=== Begin Enclosure ===

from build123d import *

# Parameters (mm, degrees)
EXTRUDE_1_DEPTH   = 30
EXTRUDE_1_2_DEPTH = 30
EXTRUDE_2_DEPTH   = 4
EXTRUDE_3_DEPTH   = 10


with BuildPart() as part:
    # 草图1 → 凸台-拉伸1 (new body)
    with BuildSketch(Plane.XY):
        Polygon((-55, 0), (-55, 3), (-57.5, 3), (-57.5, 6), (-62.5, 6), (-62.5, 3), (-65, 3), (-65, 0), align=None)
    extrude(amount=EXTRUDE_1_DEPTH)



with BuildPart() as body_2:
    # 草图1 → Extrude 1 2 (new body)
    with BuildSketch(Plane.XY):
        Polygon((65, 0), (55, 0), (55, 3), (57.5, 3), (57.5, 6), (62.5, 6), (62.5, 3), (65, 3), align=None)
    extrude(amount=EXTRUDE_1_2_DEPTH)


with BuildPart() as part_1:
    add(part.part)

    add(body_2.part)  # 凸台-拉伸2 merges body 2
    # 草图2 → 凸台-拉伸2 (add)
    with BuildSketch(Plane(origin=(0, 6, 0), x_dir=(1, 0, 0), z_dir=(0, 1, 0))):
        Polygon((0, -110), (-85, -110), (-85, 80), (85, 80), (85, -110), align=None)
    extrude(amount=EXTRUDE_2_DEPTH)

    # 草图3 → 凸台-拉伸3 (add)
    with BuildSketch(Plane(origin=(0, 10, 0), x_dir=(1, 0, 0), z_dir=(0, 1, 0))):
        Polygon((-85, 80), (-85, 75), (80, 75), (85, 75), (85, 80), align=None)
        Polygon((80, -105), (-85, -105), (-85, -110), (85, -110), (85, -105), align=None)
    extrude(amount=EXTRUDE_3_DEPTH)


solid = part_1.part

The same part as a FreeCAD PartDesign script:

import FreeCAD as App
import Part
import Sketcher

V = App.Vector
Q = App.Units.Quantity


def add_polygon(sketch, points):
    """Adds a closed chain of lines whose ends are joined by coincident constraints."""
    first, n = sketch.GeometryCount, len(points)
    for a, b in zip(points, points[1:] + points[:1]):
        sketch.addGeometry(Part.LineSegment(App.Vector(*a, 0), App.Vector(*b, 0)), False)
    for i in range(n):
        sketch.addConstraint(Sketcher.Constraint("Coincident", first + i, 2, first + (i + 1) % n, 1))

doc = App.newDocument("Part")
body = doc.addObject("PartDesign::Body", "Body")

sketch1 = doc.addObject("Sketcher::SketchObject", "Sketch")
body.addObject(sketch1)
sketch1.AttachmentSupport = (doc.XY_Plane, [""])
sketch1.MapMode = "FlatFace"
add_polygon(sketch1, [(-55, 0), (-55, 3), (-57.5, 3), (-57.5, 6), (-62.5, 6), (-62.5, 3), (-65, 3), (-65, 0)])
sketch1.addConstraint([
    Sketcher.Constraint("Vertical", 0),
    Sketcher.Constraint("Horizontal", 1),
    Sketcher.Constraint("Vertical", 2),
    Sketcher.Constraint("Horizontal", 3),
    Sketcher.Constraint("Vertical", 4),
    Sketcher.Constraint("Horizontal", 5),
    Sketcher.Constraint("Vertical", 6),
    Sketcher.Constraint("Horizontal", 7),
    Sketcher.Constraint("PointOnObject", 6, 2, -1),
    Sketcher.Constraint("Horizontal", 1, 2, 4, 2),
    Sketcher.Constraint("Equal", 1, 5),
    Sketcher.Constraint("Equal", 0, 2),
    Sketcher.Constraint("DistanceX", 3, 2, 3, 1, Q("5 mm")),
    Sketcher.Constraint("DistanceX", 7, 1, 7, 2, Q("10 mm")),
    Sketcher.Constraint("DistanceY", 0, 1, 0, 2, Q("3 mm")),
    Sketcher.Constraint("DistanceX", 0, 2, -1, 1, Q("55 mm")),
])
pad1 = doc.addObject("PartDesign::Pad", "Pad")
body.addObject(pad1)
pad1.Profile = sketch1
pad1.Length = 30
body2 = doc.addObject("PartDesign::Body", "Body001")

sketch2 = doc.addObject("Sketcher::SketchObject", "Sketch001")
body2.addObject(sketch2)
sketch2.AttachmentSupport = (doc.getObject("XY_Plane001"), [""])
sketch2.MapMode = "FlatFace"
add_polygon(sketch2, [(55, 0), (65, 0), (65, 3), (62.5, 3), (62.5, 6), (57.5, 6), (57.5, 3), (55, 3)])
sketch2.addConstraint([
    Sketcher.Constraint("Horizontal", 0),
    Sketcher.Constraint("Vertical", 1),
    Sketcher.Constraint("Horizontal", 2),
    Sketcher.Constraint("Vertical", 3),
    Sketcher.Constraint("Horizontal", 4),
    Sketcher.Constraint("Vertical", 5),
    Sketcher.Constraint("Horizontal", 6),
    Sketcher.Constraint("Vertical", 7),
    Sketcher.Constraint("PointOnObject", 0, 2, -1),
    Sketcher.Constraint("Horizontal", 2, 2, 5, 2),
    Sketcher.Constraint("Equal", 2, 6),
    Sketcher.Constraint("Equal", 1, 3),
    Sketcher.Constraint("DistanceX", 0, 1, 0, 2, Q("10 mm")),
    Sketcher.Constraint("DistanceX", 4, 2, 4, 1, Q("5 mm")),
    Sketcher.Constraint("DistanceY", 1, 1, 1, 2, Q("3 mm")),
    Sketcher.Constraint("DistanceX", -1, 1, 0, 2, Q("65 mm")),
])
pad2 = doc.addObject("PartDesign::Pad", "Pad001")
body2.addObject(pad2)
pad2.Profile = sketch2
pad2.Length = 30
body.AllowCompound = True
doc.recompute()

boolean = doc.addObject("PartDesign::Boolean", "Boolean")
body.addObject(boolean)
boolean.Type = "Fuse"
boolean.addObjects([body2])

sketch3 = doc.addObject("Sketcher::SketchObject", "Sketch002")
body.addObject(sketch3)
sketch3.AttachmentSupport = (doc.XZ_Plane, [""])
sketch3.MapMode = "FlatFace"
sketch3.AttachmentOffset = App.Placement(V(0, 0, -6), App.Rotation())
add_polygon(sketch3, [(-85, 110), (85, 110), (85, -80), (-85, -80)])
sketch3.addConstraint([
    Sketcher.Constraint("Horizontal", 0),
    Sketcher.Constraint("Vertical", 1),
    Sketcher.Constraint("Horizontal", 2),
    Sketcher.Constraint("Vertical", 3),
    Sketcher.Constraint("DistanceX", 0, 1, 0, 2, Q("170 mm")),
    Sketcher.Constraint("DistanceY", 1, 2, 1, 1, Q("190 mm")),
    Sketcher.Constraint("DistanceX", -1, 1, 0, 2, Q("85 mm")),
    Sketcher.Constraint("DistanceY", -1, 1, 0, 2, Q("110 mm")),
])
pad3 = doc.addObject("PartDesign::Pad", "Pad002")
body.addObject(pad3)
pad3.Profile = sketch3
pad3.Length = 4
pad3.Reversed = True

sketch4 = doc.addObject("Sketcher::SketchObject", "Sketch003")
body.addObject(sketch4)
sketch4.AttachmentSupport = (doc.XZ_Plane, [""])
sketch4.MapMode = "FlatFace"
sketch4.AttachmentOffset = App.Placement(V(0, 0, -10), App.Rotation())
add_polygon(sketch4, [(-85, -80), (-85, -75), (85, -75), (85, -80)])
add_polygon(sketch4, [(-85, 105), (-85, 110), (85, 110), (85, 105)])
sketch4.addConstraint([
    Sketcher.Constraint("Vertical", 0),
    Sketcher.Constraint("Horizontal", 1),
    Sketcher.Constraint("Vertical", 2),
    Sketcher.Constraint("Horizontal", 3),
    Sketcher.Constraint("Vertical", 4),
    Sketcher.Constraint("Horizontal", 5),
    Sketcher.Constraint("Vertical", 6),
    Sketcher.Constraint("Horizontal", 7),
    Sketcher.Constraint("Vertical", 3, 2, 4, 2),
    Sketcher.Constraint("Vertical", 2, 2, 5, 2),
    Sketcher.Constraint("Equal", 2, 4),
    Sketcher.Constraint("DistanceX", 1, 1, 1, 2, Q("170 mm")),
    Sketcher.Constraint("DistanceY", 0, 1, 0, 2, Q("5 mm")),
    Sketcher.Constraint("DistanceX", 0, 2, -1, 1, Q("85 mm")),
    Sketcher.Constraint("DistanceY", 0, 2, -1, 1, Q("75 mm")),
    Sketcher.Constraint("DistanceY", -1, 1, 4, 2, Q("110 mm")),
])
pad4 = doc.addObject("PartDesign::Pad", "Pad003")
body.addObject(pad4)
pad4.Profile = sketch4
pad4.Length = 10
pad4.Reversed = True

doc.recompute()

=== End Enclosure ===

**To do**
From the records above, report the count of lines containing "BuildPart" and nothing more.

**Finished task**
3